Possibly useful but apparently impractical:
- Complete Genomics offers full human genome sequencing for $5k as a service for researchers.
- The Personal Genome Project aims to recruit 100,000 volunteers and publish their genomes and medical information
- Coriell Personalized Medicine Collaborative is free, but returns information on only 51 snps which meet IRB approval
Genetics & Public Policy Center Aug 2011 list of DTC companies
See also testing experiences
NEJM sets realistic expectations. Also note that current Affymetrix and Illumina microarray chips as used by 23andMe, deCODEme and others cover less than 50% of all likely genome variation at even 50% efficacy.[PMID 17726055]
Reminder: the heritability of medical conditions varies widely, from conditions that show little inherited genetic influence to those that are almost completely genetically determined (such as cystic fibrosis). A list summarizing some published heritability estimates for various medical conditions is available. We are also summarizing some average lifetime risks for many of these same conditions on the Lifetime Risk page.
Note: Anyone who wishes genetic counseling may find a counselor directly through several means, completely independent of the gene testing companies.
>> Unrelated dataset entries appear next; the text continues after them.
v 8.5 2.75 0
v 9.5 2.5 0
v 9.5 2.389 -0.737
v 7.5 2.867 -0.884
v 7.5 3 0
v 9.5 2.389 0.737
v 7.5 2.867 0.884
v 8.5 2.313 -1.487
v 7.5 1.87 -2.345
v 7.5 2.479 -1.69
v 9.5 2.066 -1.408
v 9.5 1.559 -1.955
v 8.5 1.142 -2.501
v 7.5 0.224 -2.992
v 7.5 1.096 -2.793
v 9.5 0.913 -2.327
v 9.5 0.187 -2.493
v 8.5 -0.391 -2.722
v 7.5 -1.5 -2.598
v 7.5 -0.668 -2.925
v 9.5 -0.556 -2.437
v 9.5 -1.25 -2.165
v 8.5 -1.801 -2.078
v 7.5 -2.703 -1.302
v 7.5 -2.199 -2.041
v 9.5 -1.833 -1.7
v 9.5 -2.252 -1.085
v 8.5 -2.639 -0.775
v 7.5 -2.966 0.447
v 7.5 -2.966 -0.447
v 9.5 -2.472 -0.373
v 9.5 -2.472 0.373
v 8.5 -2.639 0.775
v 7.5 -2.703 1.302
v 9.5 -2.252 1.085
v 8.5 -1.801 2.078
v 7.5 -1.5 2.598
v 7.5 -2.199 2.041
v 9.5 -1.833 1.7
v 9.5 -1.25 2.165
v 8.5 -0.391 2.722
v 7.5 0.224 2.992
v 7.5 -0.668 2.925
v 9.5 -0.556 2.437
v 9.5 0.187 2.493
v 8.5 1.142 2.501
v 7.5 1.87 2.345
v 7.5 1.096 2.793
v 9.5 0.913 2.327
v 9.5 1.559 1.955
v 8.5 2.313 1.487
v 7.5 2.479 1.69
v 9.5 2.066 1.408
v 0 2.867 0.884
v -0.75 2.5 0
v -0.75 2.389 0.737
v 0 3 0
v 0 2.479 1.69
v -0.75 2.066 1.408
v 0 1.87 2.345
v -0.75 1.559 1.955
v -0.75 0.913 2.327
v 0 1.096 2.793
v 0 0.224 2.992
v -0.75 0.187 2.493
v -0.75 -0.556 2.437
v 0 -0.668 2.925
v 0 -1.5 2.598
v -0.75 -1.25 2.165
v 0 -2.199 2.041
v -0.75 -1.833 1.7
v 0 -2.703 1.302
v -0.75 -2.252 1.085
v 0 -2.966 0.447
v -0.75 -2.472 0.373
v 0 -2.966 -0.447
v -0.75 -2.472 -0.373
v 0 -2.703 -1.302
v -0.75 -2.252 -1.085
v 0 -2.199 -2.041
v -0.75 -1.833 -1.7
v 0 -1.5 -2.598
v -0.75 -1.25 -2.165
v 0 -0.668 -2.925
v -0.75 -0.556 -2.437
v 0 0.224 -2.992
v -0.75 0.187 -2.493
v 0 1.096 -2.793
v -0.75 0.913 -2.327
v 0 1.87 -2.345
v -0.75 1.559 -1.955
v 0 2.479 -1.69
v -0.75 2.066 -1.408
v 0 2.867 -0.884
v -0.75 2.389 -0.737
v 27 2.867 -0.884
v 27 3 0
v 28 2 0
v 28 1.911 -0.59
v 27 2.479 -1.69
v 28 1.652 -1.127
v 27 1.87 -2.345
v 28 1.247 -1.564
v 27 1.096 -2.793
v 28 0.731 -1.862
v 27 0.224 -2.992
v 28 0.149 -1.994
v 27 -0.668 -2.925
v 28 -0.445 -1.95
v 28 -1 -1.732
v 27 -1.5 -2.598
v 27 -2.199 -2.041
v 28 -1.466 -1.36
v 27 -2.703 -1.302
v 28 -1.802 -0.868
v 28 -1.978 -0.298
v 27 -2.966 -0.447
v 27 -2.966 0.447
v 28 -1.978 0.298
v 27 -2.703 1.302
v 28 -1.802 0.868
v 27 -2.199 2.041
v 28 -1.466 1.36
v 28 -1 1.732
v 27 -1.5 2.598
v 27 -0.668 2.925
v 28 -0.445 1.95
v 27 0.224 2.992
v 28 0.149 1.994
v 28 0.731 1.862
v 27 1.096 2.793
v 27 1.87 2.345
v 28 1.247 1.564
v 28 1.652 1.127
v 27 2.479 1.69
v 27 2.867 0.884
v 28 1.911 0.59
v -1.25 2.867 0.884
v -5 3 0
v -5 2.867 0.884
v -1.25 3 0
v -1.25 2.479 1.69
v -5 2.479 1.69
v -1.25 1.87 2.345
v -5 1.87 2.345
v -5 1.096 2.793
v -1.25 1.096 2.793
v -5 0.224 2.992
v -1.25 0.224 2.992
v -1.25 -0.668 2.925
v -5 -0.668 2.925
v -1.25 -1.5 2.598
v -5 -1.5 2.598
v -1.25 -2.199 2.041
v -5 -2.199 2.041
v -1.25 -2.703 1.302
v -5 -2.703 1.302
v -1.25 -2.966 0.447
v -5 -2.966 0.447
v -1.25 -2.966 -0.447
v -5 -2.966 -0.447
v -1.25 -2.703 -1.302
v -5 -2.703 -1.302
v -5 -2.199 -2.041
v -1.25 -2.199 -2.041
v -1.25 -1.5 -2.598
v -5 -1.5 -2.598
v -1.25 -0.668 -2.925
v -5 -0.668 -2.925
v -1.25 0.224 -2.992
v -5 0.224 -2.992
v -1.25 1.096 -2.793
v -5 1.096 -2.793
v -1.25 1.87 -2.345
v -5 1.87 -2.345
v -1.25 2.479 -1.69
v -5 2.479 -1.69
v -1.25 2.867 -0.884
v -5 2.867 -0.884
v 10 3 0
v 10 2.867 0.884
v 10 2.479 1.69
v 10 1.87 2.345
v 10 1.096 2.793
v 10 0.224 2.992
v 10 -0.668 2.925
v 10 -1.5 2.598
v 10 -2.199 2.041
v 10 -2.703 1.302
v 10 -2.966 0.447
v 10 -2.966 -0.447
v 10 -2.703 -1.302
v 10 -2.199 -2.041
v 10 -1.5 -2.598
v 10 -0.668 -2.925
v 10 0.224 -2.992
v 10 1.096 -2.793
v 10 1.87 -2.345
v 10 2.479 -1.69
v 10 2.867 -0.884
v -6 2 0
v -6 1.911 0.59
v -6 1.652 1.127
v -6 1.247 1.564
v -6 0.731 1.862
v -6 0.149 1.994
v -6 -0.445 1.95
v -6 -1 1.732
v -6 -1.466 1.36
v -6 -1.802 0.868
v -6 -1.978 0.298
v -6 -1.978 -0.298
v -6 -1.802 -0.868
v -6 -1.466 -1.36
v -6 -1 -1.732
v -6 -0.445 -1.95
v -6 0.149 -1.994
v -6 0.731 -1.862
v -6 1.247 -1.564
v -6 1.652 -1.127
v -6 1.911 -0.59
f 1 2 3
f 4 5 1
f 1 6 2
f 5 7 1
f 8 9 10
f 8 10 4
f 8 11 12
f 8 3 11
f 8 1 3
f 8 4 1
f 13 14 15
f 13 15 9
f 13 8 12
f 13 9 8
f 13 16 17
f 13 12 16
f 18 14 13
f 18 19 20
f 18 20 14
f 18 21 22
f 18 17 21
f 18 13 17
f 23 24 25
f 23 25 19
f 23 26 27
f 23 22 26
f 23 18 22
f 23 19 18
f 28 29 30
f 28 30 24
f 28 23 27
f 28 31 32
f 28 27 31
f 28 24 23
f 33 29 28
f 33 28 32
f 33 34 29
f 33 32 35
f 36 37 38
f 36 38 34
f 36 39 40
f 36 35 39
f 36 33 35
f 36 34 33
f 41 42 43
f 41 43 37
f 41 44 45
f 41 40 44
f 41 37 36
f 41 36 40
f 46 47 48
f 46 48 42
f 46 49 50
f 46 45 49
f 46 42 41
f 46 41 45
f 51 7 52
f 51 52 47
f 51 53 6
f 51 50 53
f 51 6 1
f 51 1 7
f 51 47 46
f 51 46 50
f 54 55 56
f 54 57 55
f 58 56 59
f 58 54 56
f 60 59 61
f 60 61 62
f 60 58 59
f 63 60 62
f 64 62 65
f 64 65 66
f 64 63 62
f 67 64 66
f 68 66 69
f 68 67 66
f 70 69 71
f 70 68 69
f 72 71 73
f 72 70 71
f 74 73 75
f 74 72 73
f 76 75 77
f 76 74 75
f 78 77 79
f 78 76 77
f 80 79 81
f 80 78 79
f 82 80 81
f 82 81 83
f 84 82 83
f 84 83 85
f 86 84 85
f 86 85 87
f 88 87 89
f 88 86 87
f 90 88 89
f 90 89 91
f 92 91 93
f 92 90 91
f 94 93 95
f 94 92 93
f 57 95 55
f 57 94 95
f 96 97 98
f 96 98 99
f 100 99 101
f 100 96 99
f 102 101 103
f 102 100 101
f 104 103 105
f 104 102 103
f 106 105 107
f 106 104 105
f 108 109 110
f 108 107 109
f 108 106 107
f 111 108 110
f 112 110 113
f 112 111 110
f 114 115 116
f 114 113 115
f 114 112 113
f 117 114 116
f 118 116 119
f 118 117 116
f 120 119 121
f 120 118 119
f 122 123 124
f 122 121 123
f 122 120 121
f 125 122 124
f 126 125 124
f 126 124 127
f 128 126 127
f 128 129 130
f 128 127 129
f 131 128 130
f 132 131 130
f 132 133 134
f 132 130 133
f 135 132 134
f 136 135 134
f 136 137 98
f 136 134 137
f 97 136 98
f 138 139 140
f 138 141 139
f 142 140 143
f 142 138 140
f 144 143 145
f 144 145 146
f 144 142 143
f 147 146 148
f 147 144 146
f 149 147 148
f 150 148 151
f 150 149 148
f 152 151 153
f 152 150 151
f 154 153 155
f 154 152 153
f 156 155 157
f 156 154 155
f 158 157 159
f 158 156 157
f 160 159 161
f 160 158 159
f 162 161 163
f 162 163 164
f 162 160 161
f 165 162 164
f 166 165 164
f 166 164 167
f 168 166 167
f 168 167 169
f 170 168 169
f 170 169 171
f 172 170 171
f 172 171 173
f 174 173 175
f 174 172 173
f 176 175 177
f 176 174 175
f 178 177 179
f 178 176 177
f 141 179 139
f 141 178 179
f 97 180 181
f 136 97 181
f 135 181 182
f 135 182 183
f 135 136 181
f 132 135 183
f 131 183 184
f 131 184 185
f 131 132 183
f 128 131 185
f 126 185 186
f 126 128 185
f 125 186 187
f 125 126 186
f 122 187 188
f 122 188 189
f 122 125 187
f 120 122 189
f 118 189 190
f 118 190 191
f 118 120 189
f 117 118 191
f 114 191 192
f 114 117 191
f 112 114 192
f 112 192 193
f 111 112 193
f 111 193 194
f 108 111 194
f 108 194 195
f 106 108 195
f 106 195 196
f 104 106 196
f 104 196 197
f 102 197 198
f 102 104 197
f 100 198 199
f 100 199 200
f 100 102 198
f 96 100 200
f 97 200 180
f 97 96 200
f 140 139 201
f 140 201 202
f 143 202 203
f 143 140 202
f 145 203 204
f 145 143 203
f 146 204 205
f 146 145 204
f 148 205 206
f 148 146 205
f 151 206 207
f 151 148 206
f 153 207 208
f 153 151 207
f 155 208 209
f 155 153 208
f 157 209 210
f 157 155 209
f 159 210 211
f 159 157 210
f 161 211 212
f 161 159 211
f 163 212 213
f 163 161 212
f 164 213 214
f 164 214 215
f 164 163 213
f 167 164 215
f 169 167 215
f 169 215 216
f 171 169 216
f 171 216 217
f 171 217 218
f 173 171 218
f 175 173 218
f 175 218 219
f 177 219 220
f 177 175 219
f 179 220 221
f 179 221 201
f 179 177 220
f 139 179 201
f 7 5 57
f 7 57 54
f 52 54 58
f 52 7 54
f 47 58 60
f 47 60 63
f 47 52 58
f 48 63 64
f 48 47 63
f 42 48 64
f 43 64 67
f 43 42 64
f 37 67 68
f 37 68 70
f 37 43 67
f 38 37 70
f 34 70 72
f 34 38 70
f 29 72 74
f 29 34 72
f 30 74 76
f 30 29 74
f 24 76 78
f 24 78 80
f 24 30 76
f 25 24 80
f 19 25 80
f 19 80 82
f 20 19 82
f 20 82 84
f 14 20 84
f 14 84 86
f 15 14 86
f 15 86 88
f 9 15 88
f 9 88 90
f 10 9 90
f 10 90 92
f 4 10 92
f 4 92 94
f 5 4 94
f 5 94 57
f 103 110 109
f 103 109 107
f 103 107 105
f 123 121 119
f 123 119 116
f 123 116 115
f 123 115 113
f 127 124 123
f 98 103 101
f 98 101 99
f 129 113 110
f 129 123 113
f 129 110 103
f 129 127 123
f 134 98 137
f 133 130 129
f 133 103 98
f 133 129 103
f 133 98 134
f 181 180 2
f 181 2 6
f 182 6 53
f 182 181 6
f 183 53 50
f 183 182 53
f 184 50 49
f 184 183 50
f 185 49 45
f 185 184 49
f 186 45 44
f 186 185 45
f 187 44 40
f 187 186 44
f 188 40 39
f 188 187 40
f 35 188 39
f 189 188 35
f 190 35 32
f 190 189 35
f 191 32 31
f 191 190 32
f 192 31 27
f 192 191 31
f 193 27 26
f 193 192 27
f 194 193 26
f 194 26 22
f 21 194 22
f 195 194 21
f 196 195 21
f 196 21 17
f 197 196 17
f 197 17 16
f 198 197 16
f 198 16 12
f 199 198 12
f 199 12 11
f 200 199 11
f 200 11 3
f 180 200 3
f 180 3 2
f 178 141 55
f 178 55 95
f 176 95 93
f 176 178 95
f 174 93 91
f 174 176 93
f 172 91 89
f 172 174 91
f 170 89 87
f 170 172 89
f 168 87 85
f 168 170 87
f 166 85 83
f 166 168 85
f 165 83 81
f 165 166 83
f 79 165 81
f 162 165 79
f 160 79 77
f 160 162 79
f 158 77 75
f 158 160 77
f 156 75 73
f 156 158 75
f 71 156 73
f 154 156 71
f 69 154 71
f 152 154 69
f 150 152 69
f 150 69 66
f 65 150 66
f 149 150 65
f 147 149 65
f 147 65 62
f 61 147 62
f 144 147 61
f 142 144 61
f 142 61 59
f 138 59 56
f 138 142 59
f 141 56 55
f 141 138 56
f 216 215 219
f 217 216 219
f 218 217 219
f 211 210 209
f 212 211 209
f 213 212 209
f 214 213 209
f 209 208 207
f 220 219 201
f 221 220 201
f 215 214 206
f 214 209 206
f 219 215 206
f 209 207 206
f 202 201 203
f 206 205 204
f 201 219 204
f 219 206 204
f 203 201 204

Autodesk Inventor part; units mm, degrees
ref_plane "YZ Plane" through (0, 0, 0) normal (1, 0, 0) x (0, 1, 0)
ref_plane "XZ Plane" through (0, 0, 0) normal (0, 1, 0) x (-1, 0, 0)
sketch "Szkic1" plane through (0, 0, 0) normal (0, 0, 1) x (1, 0, 0)
  line L0 (28, 3) -> (28, 0)
  line L1 (-6, 0) -> (28, 0)
  line L2 (-12.8, 0) -> (34.8, 0) projected
  line L3 (0, 3.6) -> (0, -0.6) projected
  line L4 (-6, 3) -> (-6, 0)
  line L5 (10, 3) -> (10, 0) construction
  line L6 (-12.8, 0) -> (34.8, 0) projected
  line L7 (-6, 3) -> (28, 3)
  dimension "d4" = 6
  dimension "d5" = 28
  dimension "d6" = 18
  dimension "d13" = 6
revolve "Bryła" add sketch "Szkic1" angle 360 about axis through (-6, 0, 0) along (1, 0, 0)
thread "Gwint1" size "M6x1" class "6g" standard "ISO Metric profile" length 6
thread "Gwint2" size "M6x1" class "6g" standard "ISO Metric profile" length 18
chamfer "Faza1" distance 1 angle 45 1 edges at (-6, -3, 0) measured on face at (16.6667, 2.9903, -0.2414)
chamfer "Faza2" distance 1 angle 45 1 edges at (28, -3, 0) measured on face at (6, 2.9612, -0.4812)
sketch "Sketch5" plane through (0, 0, 0) normal (0, 0, 1) x (1, 0, 0)
  line L0 (-5, 3) -> (27, 3) projected
  line L1 (-5, -3) -> (27, -3) projected
  line L2 (28, 2) -> (28, -2) projected
  line L3 (-6, -2) -> (-6, 2) projected
  line L4 (10, 3) -> (9.5, 2.5)
  line L5 (9.5, 2.5) -> (7.5, 3)
  line L6 (-12.8, 0) -> (34.8, 0) projected
  point P0 (0, 0)
  dimension "d87" = 45
  dimension "d90" = 18
  dimension "d91" = 0.5
  dimension "d92" = 2.5
revolve "IDS_REVOLUTION{1}" cut sketch "Sketch5" angle 360 about axis through (-10, 0, 0) along (1, 0, 0)
sketch "Sketch6" plane through (0, 0, 0) normal (0, 0, 1) x (1, 0, 0)
  line L0 (-5, 3) -> (7.5, 3) projected
  line L1 (-6, -2) -> (-6, 2) projected
  line L2 (-1.25, 3) -> (-0.75, 2.5)
  line L3 (-0.75, 2.5) -> (0, 3)
  line L4 (-8.7, 0) -> (10.2, 0) projected
  point P0 (0, 0)
  dimension "d94" = 45
  dimension "d95" = 6
  dimension "d96" = 0.5
  dimension "d97" = 1.25
revolve "IDS_REVOLUTION{2}" cut sketch "Sketch6" angle 360 about axis through (-10, 0, 0) along (1, 0, 0)
ref_plane "Work Plane1" through (2.75, 0, 0) normal (0, -1, 0) x (1, 0, 0)
equation "\"d4\" = KOH"
equation "\"d5\" = NLG"
equation "\"d6\" = GEL"
equation "\"d13\" = GD"
equation "\"d1\" = KOH"
equation "\"d7\" = GEL"
equation "\"d9\" = -0.5 * SPD + 0.5 * GD"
In the U.S., the primary sources include the National Society of Genetic Counselors, asking your doctor, and checking with your healthcare insurer. If you are a qualified physician or genetic counselor interested in helping individuals interpret their genomic test results, please email us at firstname.lastname@example.org as we intend to release a list of such individuals in the future.
At SNPedia, we have begun to collect pages about people's testing experiences. A particularly thoughtful article (among others) has been published by psychologist Steven Pinker (My Genome, My Self) based on his pondering his own DNA chip and (partial) DNA sequence data; it's well worth reading.
In the US, some people are wary of having genetic tests performed due to concerns over the possible use of genetic information by potential employers or insurance (health or life) companies in the absence of federal legislation banning genetic discrimination. Federal legislation known as GINA, the Genetic Information Nondiscrimination Act, was signed into law on May 21, 2008. Most states, but not all, have passed legislation providing either genetic privacy protection or some degree of protection against discrimination. The NIH/NHGRI maintains webpages about genetic discrimination primarily the federal level, and the National Conference of State Legislatures maintains a webportal surveying laws related to many aspects of genetics in different states.
For an interesting discussion (and possible solution) of the ways in which SNP/disease patents may threaten you or your physician from learning things about your health, see this article.